On Aug. 25, 2020, then-17-year-old Rittenhouse, of Antioch, Illinois, arrived in nearby Kenosha, Wisconsin, with an AR-15 and at least one friend amid protests over the police-involved shooting of Jacob Blake, which left him paralyzed.
Rittenhouse faces a maximum of life in prison in connection with shooting deaths of Joseph Rosenbaum, 36, and Anthony Huber, 26, as well as the nonfatal bullet that struck Gaige Grosskreutz, now 27.
The latter testified during the trial that he had aimed a handgun at Rittenhouse before the teen opened fire — although he said it was unintentional. The moment circulated widely online in photos and videos. Grosskreutz did not have a valid pistol permit at the time.
Rittenhouse’s defense team has said he went there to clean up graffiti, protect small businesses from vandals and looters and to provide medical aid after nights of protests. They maintain that he opened fire only in self-defense — after being attacked by a group of grown men.
“The justice system, in many instances, is being weaponized for political purposes,” he added. “I think that’s one of the impacts that folks like George Soros have had in attempting to and being successful in installing many prosecutors throughout the country.”
Kenosha is a former industrial town on the shore of Lake Michigan — a place a lot of people from Middle America can identify with, Pierce said.
But this week, more than a year after the deaths of Huber and Rosenbaum, windows remain boarded up. Storefronts remain closed. Charred remnants of unidentifiable objects are melted into the sidewalk.
Numerous local business owners were reluctant to speak with the media on the record.
“We like having our windows,” one woman told Fox News Digital Monday.

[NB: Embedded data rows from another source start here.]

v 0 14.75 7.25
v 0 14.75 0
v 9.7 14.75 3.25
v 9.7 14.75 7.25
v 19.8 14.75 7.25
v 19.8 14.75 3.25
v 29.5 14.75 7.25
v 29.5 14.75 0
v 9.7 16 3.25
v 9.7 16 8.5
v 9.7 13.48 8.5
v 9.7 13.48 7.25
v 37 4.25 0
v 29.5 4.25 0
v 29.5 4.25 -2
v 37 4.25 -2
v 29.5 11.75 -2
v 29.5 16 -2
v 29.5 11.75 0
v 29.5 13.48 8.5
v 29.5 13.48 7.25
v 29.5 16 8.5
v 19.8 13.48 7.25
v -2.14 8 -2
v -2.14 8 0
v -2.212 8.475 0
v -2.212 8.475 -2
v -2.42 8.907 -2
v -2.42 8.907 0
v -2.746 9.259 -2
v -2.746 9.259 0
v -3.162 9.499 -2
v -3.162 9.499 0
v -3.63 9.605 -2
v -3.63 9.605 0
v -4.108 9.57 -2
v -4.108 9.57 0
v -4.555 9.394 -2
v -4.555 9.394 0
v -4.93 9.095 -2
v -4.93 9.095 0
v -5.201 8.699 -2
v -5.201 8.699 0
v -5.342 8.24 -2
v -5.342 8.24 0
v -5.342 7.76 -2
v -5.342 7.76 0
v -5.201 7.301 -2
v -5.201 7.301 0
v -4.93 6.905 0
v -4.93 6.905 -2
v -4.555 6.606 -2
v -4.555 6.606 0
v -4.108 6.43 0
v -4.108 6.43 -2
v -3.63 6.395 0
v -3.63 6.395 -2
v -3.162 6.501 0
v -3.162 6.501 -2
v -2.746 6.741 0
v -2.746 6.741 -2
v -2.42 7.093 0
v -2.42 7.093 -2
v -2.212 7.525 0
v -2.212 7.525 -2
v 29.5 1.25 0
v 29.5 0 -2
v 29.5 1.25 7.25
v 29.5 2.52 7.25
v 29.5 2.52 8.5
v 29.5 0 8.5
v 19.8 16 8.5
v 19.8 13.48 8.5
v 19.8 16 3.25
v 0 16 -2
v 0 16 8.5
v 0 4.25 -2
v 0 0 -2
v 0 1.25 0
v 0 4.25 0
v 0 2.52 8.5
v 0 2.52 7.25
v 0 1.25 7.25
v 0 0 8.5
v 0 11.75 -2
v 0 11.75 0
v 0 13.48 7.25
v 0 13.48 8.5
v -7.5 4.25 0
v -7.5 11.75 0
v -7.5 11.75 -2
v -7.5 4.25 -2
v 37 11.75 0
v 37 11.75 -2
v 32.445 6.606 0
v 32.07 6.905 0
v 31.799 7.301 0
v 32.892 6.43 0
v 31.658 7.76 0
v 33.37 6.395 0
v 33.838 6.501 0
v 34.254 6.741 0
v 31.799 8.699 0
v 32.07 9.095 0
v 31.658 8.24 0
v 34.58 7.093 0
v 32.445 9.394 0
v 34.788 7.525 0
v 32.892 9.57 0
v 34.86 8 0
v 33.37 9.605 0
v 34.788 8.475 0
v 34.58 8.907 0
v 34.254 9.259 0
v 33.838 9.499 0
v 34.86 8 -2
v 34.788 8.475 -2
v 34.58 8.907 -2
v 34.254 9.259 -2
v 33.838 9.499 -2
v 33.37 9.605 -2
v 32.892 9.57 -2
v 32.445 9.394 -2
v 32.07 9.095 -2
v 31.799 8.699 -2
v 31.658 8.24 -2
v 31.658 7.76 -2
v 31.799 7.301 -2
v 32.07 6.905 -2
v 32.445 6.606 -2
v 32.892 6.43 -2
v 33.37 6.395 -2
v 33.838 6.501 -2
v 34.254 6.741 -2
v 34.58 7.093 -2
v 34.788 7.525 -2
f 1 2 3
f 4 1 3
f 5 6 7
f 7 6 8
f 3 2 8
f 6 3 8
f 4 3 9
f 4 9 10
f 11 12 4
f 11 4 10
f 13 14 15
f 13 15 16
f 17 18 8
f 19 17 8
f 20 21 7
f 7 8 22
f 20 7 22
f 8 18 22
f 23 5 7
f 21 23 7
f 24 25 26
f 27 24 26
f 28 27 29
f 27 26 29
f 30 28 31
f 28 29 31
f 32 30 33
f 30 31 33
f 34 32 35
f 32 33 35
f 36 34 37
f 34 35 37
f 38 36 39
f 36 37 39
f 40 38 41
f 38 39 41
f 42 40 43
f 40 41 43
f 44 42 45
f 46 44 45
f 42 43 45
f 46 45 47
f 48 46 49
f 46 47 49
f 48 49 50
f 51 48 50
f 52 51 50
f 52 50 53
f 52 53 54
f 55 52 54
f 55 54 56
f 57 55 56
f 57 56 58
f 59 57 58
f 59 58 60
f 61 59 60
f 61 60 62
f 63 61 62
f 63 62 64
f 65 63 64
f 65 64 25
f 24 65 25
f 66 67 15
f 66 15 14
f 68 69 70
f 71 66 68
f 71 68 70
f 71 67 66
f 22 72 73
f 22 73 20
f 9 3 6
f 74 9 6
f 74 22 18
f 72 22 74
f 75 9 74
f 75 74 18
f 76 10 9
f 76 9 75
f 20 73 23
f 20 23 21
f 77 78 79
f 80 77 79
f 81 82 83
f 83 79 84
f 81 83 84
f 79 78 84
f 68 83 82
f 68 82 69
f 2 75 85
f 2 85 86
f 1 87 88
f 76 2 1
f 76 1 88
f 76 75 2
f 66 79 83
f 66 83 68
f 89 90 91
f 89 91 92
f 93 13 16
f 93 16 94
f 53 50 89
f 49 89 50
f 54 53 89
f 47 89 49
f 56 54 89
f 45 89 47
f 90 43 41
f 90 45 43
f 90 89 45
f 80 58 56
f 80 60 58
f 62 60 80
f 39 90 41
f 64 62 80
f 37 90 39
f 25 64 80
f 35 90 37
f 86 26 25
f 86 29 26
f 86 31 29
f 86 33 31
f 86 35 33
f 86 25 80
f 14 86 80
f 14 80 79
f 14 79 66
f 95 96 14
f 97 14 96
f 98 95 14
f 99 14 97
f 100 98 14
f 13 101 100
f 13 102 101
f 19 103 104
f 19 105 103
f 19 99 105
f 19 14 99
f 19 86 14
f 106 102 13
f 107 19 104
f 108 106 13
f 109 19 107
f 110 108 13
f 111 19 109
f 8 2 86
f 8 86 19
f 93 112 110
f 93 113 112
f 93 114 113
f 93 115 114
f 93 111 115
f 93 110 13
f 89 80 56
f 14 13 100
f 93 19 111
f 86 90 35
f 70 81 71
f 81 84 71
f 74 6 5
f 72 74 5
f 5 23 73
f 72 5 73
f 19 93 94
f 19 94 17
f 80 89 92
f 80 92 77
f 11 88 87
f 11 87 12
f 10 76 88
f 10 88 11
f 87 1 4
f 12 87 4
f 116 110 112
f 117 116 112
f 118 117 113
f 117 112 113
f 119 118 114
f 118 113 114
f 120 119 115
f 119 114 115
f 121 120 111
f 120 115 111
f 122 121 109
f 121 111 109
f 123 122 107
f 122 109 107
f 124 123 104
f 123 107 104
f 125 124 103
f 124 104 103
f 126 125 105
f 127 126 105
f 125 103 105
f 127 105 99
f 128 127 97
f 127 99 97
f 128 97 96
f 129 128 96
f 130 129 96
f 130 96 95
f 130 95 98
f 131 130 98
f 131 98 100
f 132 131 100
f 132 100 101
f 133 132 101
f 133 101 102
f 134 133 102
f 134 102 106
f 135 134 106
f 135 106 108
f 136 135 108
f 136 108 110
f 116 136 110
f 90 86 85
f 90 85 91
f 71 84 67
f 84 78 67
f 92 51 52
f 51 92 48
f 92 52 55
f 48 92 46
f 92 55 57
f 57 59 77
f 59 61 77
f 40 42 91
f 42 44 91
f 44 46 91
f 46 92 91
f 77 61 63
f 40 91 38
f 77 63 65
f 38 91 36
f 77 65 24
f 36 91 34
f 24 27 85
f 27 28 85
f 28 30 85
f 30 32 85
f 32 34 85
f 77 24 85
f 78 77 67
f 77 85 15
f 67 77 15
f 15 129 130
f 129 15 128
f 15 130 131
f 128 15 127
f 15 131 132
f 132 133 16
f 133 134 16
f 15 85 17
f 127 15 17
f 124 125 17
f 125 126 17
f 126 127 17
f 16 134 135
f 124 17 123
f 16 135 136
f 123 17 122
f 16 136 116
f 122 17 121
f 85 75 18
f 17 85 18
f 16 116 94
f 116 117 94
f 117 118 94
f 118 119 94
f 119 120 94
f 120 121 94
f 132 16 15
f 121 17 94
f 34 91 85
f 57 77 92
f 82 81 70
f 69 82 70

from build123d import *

# Parameters (mm, degrees)
BOSS_EXTRUDE2_DEPTH = 2
SKETCH3_R           = 1.61
CUT_EXTRUDE1_DEPTH  = 7.62
SKETCH6_W           = 29.5
SKETCH6_H           = 1.25
BOSS_EXTRUDE4_DEPTH = 8.5
SKETCH7_W           = 29.5
SKETCH7_H           = 1.25
BOSS_EXTRUDE5_DEPTH = 1.27
SKETCH10_W          = 10.1
SKETCH10_H          = 5.25
CUT_EXTRUDE2_DEPTH  = 2


with BuildPart() as part:
    # Sketch2 → Boss-Extrude2 (new body)
    with BuildSketch(Plane.XY):
        Polygon((0, 4.25), (0, 0), (29.5, 0), (29.5, 4.25), (37, 4.25), (37, 11.75), (29.5, 11.75), (29.5, 16), (0, 16), (0, 11.75), (-7.5, 11.75), (-7.5, 4.25), align=None)
    extrude(amount=-BOSS_EXTRUDE2_DEPTH)

    # Sketch3 → Cut-Extrude1 (cut)
    with BuildSketch(Plane.XY):
        with Locations((33.25, 8)):
            Circle(SKETCH3_R)
        with Locations((-3.75, 8)):
            Circle(SKETCH3_R)
    extrude(amount=-CUT_EXTRUDE1_DEPTH, mode=Mode.SUBTRACT)

    # Sketch6 → Boss-Extrude4 (add)
    with BuildSketch(Plane.XY):
        with Locations((14.75, 0.625)):
            Rectangle(SKETCH6_W, SKETCH6_H)
        with Locations((14.75, 15.375)):
            Rectangle(SKETCH6_W, SKETCH6_H)
    extrude(amount=BOSS_EXTRUDE4_DEPTH)

    # Sketch7 → Boss-Extrude5 (add)
    with BuildSketch(Plane.XZ.offset(-14.75)):
        with Locations((14.75, 7.875)):
            Rectangle(SKETCH7_W, SKETCH7_H)
    boss_extrude5 = extrude(amount=BOSS_EXTRUDE5_DEPTH)

    # Mirror1: Boss-Extrude5 across plane
    add(boss_extrude5.mirror(Plane.ZX.offset(8)))

    # Sketch10 → Cut-Extrude2 (cut, symmetric)
    with BuildSketch(Plane.XZ.offset(-14.75)):
        with Locations((14.75, 5.875)):
            Rectangle(SKETCH10_W, SKETCH10_H)
    extrude(amount=CUT_EXTRUDE2_DEPTH, both=True, mode=Mode.SUBTRACT)


solid = part.part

Another said she hoped a verdict wouldn’t come down quickly and that whatever it turns out to be, people accept it without further protests.
“I’m just trying to run a business and live,” said a health care professional.
Nearby were a scattering of plywood boards covering the windows of a few neighboring storefronts along a stretch of several blocks near the city’s courthouse where the shootings occurred. “We’ve relocated,” some signs reads. Others had messages calling for healing for Kenosha.
Jury deliberations began Tuesday morning and the judge overseeing the trial said he would not place a time limit on jurors but planned to check in with them later.
Outside, protesters calling for Rittenhouse’s conviction and acquittal used megaphones to blast their voices — at times reaching through the courthouse walls.
“This judge is just unbelievably good,” Pierce said. “He’s just no bulls—, and he just goes by the law and, he is not going to be swayed one iota by anything happening outside the courtroom.”
Pierce said he didn’t expect the small but loud demonstration outside to sway jurors’ either.
At times, the opposing groups engaged in shouting matches, but as of midday Tuesday, they had not escalated much beyond that — although the number of demonstrators was slowly growing, up to about two dozen.
“I’m here to support Kyle Rittenhouse, because I’m a constitutionalist,” one protester, Maurice Jeff, told Fox News Digital outside the courthouse after verbally clashing with pro-conviction demonstrators. “I believe that he defended himself.”
“I believe all this,” he added, gesturing toward Rittenhouse’s critics, “is a popular opinion.”
The public is expected to receive about an hour’s notice from when the jury reaches a decision to the verdict’s announcement.